No soy cocinero y por tanto desconozco si la cocina al vacío tiene ventajas en la producción diaria de un restaurante, no sé si hace las cosas más fáciles en la cocina. Pero asumo que las máquinas cometen menos errores que las personas y que clavan siempre el punto de cocción, aunque sea a cambio de dejarse por el camino la textura con mordida. Todo resulta blando, como la comida para los enfermos debilitados, o esos canelones solitarios de pasta blandengue y bechamel dulzona que tanto proliferan en los menús degustación.
Como les decía, no sé si todo esto pone las cosas más fáciles a los cocineros, pero me parece que la explicación, o parte de ella, hay que buscarla en nuestros paladares arrasados y en nuestra propia pereza y gusto por la comodidad. Lo de nuestro apetito por lo dulce es palmario: es el sabor más fácil de aceptar —estamos evolutivamente adaptados para que así sea—, McDonald's lo sabe y por eso su oferta, ya sea un Big Mac o una Happy Meal, es irremediablemente dulce y adictiva. Mientras, hay sabores, especialmente el amargo y el picante, que prácticamente han desaparecido de la restauración pública.
Lo que comemos tiene que estar bueno y ser agradable —aunque Aduriz opine lo contrario— pero ¿tiene que ser tan fácil? Nos hemos vuelto perezosos hasta para masticar y por eso preferimos algo blandito que casi podamos engullir como un pato, que algo con mordida, crujiente, que obligue a la masticación. Si eso es lo que queremos, eso es lo que nos dan.

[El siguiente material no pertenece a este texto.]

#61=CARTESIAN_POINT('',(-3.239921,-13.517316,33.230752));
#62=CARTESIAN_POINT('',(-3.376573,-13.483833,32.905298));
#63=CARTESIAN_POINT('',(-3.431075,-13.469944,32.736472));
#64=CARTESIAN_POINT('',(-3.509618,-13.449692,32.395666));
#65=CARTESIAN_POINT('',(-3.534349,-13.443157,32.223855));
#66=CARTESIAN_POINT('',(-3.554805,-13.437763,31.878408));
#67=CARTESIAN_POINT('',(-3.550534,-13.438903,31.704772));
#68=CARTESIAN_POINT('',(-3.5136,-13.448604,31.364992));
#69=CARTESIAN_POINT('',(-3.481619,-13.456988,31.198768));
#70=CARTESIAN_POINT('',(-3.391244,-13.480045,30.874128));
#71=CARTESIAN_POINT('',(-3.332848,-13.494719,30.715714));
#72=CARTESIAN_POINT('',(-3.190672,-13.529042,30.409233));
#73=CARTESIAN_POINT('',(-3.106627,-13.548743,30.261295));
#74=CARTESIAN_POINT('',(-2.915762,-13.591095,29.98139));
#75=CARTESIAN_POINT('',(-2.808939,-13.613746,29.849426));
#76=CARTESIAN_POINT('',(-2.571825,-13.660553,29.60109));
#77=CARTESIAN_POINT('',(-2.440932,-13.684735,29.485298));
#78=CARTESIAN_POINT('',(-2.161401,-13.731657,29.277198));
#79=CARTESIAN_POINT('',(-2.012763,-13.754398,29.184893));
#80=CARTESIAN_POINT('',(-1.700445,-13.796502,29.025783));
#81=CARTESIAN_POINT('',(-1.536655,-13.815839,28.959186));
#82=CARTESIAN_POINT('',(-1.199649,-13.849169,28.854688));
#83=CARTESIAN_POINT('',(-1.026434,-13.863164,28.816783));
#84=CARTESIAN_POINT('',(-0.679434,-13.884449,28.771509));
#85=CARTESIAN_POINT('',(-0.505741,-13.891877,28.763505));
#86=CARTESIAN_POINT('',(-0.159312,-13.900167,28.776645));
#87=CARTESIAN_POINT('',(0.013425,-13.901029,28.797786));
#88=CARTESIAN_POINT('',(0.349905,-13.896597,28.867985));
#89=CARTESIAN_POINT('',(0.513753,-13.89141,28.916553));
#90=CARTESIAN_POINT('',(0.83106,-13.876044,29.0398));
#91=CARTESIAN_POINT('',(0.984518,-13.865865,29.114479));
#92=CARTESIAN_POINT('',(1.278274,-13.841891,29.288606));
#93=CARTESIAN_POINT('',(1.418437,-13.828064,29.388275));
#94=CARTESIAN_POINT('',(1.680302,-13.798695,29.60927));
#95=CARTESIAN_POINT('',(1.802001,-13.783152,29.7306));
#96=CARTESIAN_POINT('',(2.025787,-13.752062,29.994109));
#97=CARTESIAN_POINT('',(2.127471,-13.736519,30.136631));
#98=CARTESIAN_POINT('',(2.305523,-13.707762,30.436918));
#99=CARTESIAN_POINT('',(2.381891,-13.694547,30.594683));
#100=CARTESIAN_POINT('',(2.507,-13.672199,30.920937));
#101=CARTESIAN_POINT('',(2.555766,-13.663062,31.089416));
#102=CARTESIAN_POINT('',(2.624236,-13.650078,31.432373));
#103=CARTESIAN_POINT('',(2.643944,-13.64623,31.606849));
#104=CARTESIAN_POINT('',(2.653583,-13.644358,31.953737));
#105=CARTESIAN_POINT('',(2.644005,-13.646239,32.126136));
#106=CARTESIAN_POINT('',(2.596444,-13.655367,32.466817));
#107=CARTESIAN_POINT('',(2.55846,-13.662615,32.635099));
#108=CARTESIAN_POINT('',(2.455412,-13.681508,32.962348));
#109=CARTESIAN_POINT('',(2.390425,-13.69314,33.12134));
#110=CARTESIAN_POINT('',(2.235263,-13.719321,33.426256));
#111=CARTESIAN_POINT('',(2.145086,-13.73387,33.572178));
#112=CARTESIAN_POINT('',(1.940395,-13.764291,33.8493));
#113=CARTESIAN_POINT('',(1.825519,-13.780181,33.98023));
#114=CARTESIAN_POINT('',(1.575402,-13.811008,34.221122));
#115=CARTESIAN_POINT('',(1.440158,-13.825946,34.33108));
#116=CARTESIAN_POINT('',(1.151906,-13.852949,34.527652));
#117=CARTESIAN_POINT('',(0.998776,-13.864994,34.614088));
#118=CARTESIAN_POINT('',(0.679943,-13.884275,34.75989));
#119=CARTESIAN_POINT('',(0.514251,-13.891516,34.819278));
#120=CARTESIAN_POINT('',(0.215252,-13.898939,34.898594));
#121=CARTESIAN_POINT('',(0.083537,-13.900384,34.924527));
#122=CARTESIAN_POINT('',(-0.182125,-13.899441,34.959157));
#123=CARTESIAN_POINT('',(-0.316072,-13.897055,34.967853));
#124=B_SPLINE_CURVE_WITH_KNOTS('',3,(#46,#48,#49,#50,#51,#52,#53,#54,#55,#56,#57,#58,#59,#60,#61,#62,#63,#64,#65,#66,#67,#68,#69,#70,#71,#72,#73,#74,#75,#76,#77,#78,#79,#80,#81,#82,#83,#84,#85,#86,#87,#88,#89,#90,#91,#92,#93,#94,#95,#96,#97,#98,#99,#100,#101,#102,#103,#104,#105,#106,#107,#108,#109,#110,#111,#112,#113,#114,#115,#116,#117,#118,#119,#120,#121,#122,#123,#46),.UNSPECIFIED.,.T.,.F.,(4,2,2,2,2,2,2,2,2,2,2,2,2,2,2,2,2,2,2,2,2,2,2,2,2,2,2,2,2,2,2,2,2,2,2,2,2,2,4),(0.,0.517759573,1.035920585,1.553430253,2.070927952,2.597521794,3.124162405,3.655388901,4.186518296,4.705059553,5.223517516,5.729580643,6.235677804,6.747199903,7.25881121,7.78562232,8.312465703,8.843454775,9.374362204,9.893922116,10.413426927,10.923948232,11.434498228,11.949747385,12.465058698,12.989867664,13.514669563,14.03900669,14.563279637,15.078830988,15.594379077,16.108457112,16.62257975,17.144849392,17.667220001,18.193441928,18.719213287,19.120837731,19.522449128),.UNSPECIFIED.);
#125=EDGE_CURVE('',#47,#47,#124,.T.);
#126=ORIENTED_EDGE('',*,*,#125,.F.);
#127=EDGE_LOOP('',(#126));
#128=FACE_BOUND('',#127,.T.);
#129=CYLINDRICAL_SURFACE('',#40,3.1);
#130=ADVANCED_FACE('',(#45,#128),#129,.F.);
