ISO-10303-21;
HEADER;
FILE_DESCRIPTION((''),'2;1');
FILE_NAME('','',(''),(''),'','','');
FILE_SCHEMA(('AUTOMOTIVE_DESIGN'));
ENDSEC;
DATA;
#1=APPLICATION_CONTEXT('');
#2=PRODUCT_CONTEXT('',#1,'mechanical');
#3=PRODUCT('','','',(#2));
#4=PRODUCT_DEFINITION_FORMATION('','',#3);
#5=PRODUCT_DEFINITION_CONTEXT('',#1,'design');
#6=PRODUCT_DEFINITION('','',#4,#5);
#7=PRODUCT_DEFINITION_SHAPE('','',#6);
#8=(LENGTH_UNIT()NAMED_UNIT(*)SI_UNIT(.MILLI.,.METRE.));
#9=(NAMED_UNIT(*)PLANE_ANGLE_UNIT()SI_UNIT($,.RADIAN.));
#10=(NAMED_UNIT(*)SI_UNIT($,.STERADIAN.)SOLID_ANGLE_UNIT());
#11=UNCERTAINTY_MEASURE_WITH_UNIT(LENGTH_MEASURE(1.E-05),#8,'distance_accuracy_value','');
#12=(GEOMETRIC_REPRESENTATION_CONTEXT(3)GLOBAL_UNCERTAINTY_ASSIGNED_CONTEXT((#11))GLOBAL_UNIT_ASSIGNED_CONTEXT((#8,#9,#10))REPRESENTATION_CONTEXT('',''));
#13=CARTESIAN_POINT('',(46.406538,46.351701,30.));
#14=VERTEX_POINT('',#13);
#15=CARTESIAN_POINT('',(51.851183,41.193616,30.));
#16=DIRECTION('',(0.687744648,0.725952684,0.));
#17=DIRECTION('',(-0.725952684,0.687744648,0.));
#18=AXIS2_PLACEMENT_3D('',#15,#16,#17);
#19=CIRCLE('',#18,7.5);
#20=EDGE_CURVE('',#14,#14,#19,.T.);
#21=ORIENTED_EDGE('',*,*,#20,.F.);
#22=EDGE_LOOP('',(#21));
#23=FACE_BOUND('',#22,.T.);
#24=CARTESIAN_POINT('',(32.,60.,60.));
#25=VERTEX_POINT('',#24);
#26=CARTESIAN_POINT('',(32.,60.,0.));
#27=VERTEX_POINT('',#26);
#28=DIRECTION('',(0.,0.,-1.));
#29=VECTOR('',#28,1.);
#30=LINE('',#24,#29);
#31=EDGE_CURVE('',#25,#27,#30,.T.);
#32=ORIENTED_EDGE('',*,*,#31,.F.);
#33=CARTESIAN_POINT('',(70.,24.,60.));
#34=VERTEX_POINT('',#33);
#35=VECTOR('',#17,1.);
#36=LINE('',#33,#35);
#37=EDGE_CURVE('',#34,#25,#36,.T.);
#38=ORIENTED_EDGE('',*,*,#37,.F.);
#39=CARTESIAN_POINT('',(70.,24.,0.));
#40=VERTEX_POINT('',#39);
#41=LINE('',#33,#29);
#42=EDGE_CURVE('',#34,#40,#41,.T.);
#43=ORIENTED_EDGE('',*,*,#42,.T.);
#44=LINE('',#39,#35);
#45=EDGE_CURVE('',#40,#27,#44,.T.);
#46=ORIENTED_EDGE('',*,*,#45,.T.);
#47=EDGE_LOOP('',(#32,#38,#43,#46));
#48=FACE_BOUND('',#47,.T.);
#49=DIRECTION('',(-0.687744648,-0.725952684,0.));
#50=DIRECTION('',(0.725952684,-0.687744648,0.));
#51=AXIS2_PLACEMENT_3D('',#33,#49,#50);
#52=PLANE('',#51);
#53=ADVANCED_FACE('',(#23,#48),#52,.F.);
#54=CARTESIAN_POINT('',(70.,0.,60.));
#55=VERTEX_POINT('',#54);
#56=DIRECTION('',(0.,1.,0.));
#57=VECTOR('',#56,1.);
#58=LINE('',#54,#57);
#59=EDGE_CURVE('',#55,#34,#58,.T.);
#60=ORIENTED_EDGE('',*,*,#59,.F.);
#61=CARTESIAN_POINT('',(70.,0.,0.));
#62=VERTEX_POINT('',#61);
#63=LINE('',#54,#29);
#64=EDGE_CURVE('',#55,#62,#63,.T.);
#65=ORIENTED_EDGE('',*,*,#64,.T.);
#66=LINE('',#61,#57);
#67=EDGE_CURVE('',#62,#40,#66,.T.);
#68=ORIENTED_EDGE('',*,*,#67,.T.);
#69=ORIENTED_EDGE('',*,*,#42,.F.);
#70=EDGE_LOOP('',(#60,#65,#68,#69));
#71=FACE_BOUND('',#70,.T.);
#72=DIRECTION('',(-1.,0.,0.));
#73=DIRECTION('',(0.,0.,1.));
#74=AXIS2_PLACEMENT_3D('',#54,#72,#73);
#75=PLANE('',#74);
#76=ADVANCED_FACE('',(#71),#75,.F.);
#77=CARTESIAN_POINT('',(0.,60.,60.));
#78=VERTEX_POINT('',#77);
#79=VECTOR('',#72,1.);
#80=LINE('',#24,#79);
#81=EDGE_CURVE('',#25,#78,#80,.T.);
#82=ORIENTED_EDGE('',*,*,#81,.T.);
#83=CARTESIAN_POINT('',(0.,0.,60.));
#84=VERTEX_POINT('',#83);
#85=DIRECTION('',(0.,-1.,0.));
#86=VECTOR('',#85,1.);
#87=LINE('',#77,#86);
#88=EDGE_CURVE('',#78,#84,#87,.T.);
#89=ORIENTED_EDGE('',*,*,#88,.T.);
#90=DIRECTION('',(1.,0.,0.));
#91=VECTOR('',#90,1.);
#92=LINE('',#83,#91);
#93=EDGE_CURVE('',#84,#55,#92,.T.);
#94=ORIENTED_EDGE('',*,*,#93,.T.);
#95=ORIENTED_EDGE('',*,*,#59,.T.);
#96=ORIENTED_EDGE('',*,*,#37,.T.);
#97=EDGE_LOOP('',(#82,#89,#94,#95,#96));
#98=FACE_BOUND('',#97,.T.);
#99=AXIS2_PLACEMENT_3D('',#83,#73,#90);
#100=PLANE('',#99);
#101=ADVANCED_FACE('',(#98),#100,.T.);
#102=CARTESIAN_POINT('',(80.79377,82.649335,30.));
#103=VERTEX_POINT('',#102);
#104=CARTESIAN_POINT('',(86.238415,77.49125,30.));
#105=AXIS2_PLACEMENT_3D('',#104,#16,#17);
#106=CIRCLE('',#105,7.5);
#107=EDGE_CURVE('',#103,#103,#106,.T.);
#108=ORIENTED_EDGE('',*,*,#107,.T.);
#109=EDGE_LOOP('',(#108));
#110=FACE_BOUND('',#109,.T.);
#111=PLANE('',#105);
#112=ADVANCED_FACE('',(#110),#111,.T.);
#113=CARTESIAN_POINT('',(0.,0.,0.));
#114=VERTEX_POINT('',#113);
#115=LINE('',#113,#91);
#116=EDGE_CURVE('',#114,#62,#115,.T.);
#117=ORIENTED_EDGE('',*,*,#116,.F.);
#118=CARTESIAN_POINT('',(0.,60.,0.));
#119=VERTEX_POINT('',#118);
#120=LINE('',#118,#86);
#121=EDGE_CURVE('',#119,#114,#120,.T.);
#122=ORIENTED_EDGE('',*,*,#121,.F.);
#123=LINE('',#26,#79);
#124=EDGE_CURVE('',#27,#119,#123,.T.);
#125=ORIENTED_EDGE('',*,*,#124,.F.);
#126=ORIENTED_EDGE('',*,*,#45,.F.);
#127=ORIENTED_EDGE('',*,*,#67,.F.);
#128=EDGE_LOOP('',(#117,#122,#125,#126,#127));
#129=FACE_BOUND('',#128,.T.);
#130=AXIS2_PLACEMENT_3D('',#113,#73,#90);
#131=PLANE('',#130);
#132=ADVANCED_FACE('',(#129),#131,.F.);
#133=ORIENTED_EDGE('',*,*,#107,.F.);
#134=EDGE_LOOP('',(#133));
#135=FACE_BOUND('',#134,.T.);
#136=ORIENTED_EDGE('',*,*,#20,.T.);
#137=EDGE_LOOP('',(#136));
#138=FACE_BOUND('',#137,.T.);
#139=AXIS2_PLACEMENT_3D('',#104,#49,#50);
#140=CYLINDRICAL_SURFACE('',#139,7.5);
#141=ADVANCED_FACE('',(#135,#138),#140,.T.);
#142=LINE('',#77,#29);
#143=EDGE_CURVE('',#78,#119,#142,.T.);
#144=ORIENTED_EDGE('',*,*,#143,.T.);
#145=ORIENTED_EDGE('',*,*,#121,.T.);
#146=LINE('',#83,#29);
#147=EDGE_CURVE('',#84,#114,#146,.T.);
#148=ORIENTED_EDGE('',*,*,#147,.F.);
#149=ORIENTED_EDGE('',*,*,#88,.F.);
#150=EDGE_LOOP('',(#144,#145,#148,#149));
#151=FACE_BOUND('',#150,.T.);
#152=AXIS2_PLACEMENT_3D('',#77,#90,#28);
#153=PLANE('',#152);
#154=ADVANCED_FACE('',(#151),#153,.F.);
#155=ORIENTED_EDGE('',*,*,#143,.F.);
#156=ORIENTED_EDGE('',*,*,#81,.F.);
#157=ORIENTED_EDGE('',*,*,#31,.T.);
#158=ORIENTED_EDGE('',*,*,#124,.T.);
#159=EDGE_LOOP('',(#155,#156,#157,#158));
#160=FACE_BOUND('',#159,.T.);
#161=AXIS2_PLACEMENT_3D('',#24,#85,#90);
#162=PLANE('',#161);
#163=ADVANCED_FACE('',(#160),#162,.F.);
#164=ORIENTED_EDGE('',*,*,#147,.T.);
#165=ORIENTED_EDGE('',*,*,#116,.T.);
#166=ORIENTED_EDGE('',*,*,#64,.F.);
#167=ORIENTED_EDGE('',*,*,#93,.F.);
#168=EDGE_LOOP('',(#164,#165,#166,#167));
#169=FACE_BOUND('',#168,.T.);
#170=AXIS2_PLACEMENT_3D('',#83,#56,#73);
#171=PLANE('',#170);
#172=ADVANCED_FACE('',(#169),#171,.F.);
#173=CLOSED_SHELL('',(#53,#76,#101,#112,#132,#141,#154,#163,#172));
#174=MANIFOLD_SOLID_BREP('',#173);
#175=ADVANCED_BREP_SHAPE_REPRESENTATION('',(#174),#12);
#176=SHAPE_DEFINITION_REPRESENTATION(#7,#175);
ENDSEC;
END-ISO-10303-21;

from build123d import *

# Parameters (mm, degrees)
EXTRUDE_1_DEPTH = 60
SKETCH_2_R      = 7.5
EXTRUDE_2_DEPTH = 50


with BuildPart() as part:
    # 草圖1 → 填料-伸長1 (new body)
    with BuildSketch(Plane.XY):
        Polygon((0, 0), (70, 0), (70, 24), (32, 60), (0, 60), align=None)
    extrude(amount=EXTRUDE_1_DEPTH)

    # 草圖2 → 填料-伸長2 (add)
    with BuildSketch(Plane(origin=(45.091970803, 47.597080292, 0), x_dir=(0.7259526839058265, -0.6877446479107832, 0), z_dir=(0.6877446479107832, 0.7259526839058265, 0))):
        with Locations(Location((9.310816324, -30, 0), (0, 0, 180))):
            Circle(SKETCH_2_R)
    extrude(amount=EXTRUDE_2_DEPTH)


solid = part.part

Es la misma comodidad que hace que ya no queramos chupar, roer, sorber y rechupetear, quizás porque tenemos miedo a pincharnos. O la misma pereza que nos da cocinar porque tenemos pavor a cortarnos o quemarnos. Y en ambos casos hemos decidido que no queremos ensuciarnos para comer, que eso no está bien. Lo queremos todo rápido, limpio, aséptico como la comida de hospital, y ready to eat para poder pasar al siguiente pase del menú sin más dilación y sin que la comida se eternice, mientras renunciamos a parte del placer que sacrificamos, en parte, por nuestra comodidad. Y de nuevo, si eso es lo que queremos, esto es lo que los cocineros nos dan.
Después nos echamos, todos, las manos a la cabeza y ponemos el grito en el cielo cuando Mercadona pone a la venta unos huevos fritos ya cocinados. ¿Y cómo podía ser de otra manera? De nuevo, ellos saben que eso es lo que queremos, lo que pedimos a gritos cada vez que engullimos, con satisfacción, y aprobamos con gravedad el siguiente pedazo de lo que sea cocinado en una bolsa de plástico como los huevos que también van dentro de una caja de ídem.
Ya no es que nos hayamos vuelto comodones, no. Es que somos fáciles y previsibles.